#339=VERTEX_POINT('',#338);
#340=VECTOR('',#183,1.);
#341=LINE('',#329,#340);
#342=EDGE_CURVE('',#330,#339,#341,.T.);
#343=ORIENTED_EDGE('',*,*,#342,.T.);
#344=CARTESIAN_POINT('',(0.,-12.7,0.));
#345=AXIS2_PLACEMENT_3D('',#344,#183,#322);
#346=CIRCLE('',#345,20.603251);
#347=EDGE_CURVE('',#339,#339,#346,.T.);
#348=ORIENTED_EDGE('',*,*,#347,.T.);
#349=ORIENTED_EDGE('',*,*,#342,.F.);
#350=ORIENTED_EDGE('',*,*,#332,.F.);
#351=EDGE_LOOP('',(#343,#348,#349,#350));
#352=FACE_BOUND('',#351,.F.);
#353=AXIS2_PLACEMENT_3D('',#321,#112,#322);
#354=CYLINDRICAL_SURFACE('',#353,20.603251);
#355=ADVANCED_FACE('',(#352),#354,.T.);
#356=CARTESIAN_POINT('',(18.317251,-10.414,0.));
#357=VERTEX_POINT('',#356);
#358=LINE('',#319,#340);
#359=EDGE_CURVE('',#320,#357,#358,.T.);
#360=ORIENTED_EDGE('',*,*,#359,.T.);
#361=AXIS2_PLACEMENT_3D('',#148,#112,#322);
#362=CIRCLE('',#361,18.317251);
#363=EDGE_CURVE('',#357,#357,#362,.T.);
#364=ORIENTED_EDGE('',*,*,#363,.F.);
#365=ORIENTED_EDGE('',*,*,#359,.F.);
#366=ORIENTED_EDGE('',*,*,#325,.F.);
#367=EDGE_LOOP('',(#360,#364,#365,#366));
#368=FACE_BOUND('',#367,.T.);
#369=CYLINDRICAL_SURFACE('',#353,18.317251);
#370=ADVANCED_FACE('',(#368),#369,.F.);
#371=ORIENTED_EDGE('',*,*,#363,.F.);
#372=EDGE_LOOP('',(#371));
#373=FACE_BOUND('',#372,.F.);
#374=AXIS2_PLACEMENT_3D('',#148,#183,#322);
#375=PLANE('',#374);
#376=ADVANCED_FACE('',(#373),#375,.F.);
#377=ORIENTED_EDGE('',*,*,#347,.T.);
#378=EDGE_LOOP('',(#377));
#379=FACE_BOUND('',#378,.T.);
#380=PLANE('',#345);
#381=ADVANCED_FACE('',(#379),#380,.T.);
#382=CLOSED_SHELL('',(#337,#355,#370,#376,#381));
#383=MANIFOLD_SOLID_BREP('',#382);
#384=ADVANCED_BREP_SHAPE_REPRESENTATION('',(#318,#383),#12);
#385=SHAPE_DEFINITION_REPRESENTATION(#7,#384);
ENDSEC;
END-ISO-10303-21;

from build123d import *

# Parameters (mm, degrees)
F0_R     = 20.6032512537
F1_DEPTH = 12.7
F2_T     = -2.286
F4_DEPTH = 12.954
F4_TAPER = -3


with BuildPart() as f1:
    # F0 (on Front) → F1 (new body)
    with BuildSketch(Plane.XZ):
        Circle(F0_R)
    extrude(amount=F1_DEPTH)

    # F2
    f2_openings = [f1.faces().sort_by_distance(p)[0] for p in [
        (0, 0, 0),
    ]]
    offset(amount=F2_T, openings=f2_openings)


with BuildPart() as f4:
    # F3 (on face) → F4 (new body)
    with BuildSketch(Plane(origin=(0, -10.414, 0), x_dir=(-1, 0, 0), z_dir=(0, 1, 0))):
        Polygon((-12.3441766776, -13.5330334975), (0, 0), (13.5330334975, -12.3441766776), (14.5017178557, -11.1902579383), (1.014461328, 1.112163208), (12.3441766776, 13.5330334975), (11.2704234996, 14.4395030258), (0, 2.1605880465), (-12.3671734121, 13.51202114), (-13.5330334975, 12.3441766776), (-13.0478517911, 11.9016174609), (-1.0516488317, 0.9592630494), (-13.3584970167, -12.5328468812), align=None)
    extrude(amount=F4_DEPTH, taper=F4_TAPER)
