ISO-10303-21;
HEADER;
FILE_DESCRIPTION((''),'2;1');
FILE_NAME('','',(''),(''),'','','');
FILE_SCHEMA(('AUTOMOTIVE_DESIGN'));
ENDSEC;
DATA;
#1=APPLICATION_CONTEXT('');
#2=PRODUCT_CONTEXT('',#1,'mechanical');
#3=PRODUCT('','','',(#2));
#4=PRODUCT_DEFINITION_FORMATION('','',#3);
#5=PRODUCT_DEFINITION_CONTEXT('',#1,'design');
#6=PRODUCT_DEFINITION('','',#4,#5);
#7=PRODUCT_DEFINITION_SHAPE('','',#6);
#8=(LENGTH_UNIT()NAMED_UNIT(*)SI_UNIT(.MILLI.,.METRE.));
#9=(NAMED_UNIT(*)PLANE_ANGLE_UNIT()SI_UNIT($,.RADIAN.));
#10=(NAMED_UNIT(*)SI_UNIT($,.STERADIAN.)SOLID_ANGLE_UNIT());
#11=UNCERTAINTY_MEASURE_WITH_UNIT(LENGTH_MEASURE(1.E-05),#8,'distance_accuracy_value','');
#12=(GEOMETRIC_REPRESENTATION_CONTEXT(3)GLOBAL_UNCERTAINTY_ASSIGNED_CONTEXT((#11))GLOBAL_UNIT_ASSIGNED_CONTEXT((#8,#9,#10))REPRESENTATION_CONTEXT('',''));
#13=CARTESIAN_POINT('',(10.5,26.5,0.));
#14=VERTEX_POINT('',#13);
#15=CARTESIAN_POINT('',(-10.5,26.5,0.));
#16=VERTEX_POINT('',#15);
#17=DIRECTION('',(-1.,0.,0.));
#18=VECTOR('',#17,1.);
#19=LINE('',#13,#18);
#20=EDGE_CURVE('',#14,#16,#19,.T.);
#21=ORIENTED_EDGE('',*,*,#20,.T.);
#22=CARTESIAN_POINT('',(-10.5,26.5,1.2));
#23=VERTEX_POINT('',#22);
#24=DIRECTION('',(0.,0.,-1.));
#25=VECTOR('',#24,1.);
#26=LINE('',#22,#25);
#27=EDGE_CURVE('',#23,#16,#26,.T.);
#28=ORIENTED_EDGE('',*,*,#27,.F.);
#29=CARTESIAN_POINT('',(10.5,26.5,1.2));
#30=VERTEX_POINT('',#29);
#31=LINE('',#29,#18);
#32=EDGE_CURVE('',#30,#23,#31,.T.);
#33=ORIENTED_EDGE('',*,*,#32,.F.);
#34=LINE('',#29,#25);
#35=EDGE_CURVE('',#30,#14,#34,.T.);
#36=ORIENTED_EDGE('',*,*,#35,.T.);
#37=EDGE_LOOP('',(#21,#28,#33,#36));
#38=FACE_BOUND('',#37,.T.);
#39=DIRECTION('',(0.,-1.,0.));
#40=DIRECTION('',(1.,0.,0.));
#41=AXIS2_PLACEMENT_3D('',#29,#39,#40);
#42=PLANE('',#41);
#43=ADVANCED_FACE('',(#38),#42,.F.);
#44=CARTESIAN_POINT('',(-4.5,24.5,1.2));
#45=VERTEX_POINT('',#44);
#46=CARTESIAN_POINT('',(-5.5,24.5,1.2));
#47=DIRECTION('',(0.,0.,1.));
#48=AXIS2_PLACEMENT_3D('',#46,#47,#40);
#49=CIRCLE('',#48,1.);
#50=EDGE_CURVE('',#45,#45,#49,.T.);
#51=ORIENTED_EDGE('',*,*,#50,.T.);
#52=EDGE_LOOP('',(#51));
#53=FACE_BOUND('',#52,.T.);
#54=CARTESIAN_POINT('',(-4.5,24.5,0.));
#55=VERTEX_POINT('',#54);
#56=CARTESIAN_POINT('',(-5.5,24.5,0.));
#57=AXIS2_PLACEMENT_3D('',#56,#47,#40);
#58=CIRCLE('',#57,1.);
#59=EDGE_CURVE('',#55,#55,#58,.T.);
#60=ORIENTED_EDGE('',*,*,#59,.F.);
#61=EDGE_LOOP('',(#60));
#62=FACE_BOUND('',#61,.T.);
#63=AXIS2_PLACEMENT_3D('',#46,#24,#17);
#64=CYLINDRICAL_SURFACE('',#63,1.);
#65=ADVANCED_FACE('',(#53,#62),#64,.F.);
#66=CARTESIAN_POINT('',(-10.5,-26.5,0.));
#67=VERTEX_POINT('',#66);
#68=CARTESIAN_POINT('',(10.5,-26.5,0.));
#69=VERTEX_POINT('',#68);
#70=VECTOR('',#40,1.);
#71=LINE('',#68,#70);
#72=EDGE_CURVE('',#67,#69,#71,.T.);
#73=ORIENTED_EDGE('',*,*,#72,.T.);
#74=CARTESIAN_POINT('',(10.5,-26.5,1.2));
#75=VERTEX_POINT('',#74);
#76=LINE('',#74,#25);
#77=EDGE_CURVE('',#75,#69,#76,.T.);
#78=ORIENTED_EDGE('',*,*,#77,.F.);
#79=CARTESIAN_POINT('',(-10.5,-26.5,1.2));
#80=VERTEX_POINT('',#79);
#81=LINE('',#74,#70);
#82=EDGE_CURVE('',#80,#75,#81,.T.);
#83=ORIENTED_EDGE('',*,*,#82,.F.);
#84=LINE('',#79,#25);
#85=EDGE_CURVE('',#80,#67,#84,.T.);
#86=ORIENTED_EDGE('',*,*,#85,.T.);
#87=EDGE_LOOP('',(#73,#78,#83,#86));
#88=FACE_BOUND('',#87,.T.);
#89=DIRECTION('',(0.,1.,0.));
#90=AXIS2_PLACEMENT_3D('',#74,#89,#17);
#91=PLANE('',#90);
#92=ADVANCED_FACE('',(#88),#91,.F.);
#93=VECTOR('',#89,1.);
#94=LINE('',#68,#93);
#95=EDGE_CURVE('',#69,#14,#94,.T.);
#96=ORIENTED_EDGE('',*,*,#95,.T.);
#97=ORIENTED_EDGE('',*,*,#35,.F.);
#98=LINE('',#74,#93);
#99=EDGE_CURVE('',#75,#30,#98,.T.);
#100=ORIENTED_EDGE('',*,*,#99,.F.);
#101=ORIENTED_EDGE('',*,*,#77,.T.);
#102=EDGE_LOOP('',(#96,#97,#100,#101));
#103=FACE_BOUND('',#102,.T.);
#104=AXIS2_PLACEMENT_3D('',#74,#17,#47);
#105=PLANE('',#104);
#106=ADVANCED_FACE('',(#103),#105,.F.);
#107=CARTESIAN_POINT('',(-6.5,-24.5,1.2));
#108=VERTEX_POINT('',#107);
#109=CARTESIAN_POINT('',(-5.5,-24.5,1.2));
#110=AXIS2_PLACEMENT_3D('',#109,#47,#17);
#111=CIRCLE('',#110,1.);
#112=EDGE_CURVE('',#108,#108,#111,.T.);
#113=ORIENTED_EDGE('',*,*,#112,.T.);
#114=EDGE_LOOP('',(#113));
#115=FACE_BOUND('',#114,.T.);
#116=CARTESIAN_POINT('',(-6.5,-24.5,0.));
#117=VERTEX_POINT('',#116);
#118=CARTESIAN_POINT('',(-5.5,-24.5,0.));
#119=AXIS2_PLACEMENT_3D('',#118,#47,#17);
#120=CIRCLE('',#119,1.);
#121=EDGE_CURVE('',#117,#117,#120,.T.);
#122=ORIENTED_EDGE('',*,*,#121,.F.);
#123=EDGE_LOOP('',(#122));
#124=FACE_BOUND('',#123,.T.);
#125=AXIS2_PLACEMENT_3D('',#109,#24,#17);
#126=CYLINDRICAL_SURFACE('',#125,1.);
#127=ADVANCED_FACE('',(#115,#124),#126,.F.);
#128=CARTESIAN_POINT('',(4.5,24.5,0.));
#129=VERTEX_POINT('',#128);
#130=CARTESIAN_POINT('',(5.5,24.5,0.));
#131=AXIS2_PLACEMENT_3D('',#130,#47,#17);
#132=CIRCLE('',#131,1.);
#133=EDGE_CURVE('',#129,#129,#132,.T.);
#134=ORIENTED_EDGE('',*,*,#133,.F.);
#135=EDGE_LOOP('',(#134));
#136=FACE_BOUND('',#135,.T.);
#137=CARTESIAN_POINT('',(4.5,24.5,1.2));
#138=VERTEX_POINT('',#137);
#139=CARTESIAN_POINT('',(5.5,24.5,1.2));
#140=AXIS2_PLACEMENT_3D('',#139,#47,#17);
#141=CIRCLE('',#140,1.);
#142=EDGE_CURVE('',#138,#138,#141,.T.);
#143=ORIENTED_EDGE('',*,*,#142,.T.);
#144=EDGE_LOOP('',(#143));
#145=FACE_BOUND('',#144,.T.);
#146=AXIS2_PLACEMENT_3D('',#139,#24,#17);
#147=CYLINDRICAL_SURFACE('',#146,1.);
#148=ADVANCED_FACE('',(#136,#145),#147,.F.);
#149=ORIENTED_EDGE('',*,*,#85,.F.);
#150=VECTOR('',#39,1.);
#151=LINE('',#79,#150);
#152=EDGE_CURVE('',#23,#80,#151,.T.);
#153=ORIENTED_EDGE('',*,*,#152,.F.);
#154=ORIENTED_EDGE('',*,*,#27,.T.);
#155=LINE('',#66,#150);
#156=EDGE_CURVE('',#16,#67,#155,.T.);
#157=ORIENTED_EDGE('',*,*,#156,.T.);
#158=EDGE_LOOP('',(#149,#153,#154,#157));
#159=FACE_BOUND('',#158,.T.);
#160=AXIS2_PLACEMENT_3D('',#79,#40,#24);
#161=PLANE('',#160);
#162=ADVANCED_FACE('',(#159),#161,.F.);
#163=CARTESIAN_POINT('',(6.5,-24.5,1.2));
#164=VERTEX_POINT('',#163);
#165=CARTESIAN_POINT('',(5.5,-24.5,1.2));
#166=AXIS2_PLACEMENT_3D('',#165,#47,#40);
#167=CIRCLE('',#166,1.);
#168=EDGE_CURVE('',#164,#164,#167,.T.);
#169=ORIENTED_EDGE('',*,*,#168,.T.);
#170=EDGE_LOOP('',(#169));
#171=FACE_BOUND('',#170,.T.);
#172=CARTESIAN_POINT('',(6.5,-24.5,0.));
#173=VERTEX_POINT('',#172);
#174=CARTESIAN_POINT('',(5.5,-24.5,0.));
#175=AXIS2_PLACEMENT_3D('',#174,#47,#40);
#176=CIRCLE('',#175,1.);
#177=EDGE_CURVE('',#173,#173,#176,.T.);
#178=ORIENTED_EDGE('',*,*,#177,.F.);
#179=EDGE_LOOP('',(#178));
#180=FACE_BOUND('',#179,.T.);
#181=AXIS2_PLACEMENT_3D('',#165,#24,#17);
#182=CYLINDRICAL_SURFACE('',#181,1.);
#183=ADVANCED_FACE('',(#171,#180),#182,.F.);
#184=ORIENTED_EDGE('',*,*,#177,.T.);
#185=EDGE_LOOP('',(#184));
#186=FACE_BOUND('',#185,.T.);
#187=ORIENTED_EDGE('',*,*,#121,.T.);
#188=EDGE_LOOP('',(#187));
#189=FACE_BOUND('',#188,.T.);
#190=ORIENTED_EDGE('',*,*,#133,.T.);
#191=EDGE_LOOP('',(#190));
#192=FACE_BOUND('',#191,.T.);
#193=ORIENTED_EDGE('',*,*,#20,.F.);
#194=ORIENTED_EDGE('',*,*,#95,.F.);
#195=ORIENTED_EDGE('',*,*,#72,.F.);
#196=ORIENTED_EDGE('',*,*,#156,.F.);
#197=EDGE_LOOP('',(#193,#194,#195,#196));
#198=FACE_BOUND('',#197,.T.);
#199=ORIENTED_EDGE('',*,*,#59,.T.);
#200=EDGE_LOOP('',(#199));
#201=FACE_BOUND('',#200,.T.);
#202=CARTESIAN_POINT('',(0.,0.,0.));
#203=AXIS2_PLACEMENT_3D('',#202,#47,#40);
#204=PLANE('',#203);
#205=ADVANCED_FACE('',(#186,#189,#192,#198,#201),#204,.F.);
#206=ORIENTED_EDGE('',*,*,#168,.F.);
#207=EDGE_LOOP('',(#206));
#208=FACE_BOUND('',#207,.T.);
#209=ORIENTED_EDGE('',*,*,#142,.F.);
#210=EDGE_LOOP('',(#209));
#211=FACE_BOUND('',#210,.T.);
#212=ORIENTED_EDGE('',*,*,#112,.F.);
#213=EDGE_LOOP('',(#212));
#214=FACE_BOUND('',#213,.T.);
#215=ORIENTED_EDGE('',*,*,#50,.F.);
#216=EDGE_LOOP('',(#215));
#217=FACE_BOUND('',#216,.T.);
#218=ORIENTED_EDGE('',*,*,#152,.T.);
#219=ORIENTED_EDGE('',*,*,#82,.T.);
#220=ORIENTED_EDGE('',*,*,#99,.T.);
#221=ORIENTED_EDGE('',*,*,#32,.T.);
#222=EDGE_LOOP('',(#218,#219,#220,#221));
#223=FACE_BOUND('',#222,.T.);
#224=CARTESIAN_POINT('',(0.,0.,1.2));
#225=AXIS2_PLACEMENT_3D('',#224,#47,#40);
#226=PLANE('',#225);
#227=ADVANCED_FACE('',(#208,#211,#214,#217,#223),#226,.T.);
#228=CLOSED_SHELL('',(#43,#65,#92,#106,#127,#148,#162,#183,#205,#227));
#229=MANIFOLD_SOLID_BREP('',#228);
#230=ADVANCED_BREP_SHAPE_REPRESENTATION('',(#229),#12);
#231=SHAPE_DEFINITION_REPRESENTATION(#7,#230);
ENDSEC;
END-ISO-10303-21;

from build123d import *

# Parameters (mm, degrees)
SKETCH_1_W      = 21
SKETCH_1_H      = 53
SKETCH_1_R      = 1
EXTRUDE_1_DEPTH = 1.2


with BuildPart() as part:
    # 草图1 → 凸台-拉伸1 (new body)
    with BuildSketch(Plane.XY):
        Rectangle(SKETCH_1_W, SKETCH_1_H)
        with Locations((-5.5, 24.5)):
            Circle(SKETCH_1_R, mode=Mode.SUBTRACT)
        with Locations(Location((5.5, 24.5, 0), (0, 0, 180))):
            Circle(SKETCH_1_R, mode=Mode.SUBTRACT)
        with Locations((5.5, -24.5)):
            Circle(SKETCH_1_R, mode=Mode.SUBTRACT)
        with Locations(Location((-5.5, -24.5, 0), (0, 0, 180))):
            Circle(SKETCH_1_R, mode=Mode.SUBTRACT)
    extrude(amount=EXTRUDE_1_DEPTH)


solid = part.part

+ + + + + + +

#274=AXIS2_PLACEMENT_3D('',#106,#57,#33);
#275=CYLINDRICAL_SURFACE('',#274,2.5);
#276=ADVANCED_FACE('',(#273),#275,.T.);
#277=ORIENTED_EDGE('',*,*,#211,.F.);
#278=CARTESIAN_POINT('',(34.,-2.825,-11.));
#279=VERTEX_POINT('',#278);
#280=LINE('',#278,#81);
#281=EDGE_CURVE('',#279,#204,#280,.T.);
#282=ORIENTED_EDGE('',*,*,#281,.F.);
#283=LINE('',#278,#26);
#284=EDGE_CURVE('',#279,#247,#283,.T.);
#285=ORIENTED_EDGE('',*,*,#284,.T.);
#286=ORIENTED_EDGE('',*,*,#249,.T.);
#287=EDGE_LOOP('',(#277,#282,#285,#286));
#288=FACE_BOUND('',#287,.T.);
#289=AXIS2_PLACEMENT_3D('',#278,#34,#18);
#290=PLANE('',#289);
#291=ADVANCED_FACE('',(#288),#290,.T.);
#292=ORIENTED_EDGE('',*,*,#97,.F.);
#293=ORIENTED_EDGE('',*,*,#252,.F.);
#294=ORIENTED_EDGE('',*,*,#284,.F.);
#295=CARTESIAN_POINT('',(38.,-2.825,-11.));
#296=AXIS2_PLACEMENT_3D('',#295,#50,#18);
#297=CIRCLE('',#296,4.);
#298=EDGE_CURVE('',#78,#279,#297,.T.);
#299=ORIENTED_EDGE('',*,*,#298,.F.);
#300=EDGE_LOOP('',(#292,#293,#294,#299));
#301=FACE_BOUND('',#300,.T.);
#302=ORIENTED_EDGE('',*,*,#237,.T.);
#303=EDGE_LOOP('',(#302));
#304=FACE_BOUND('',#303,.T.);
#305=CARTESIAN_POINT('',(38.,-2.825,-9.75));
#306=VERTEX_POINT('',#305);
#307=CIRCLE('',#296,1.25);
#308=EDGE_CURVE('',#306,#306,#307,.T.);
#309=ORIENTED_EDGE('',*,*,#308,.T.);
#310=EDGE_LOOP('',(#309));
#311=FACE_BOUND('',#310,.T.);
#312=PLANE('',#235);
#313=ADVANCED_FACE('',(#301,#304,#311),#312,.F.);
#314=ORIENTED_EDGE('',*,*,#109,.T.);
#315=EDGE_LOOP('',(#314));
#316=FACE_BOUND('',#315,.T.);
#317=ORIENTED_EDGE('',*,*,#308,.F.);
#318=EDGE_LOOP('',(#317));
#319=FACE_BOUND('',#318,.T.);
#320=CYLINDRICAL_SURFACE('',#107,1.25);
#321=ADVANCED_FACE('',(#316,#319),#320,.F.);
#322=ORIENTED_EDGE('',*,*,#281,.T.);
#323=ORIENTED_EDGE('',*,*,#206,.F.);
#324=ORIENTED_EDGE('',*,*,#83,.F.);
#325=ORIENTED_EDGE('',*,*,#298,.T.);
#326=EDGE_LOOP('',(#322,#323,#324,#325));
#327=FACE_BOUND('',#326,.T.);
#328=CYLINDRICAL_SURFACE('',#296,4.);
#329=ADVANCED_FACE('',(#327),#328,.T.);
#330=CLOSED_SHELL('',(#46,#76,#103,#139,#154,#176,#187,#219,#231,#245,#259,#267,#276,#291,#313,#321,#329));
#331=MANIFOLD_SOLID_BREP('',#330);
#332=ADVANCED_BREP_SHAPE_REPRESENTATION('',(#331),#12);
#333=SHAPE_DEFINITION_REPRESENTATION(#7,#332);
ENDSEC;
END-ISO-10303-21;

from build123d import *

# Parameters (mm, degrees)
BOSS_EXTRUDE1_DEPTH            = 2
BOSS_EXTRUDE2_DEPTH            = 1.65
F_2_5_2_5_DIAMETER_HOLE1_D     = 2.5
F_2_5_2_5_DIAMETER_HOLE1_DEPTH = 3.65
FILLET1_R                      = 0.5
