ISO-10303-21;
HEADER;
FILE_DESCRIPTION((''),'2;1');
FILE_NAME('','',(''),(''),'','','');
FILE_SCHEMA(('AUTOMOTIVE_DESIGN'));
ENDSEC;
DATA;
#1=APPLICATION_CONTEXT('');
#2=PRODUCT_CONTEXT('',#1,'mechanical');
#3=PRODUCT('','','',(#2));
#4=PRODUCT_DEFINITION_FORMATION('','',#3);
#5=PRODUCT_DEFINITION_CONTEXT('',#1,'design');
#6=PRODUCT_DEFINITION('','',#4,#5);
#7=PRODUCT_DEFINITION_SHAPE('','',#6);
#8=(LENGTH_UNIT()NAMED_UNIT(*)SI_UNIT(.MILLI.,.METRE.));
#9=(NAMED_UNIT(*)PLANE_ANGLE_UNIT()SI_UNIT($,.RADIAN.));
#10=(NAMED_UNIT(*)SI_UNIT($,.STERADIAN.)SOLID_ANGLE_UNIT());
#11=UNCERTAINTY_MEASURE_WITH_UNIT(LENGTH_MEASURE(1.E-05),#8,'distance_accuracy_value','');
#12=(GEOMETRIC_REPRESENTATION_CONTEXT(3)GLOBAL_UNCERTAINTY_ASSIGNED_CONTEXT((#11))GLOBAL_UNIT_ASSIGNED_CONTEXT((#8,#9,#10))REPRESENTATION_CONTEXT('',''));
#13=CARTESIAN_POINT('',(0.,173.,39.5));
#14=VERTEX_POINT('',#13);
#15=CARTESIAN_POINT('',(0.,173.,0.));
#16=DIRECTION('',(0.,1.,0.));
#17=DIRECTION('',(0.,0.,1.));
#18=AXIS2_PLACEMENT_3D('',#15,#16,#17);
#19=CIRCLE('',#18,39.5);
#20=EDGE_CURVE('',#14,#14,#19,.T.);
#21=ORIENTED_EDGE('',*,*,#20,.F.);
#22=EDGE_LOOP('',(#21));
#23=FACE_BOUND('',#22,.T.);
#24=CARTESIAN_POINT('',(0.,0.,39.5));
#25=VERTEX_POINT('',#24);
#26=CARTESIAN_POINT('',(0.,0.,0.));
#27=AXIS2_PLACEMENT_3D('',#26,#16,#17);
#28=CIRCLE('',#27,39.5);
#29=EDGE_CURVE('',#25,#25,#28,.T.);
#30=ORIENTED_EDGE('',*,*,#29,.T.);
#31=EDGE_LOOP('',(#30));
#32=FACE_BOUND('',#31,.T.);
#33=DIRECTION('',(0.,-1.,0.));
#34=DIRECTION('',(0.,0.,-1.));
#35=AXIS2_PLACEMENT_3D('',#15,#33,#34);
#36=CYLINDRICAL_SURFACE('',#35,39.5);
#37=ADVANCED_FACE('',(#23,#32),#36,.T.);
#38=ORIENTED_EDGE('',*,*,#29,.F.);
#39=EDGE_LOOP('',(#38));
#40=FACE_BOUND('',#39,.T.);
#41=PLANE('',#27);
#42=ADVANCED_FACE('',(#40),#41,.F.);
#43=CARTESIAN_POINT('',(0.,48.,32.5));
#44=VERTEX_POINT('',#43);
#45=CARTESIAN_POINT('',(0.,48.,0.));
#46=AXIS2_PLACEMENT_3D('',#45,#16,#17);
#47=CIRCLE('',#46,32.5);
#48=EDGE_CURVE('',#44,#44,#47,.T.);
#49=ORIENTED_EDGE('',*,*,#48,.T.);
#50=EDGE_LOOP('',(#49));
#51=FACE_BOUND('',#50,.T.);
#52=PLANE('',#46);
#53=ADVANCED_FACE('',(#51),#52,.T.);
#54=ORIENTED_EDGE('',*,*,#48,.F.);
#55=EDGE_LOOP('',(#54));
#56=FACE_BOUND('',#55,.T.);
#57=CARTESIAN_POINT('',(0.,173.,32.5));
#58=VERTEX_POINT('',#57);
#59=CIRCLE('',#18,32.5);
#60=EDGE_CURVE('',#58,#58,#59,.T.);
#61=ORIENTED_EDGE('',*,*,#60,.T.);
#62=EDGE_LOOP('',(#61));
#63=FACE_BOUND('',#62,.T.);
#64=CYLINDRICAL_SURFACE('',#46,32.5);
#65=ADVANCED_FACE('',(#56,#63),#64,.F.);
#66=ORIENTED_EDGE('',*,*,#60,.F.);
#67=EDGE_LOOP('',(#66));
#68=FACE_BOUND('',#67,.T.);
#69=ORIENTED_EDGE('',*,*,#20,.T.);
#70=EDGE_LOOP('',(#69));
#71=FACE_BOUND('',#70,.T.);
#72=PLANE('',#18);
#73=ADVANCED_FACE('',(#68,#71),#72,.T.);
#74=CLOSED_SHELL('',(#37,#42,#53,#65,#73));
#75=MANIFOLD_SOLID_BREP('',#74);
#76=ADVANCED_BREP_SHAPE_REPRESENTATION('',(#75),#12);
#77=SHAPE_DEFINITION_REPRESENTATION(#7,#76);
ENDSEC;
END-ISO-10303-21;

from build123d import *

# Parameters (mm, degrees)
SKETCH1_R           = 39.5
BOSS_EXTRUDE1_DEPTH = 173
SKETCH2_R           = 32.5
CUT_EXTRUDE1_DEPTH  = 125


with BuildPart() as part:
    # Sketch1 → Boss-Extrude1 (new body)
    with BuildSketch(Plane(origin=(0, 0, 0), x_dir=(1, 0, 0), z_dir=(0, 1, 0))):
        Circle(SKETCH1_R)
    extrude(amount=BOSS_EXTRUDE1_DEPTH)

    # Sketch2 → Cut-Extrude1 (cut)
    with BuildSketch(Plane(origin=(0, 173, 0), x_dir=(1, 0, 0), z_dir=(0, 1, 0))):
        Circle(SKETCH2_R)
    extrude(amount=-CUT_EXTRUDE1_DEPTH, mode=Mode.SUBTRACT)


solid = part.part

+ + + + + + +

> _TASK TO COMPLETE_
In the entries above, find the line holding "#135=EDGE_LOOP('',(#134));" and the line holding "#143=ORIENTED_EDGE('',*,*,#142,.T.);", then retype exactly those two lines and every line between them, and nothing else.

> _EXPECTED OUTPUT_
#135=EDGE_LOOP('',(#134));
#136=FACE_BOUND('',#135,.T.);
#137=CARTESIAN_POINT('',(4.5,24.5,1.2));
#138=VERTEX_POINT('',#137);
#139=CARTESIAN_POINT('',(5.5,24.5,1.2));
#140=AXIS2_PLACEMENT_3D('',#139,#47,#17);
#141=CIRCLE('',#140,1.);
#142=EDGE_CURVE('',#138,#138,#141,.T.);
#143=ORIENTED_EDGE('',*,*,#142,.T.);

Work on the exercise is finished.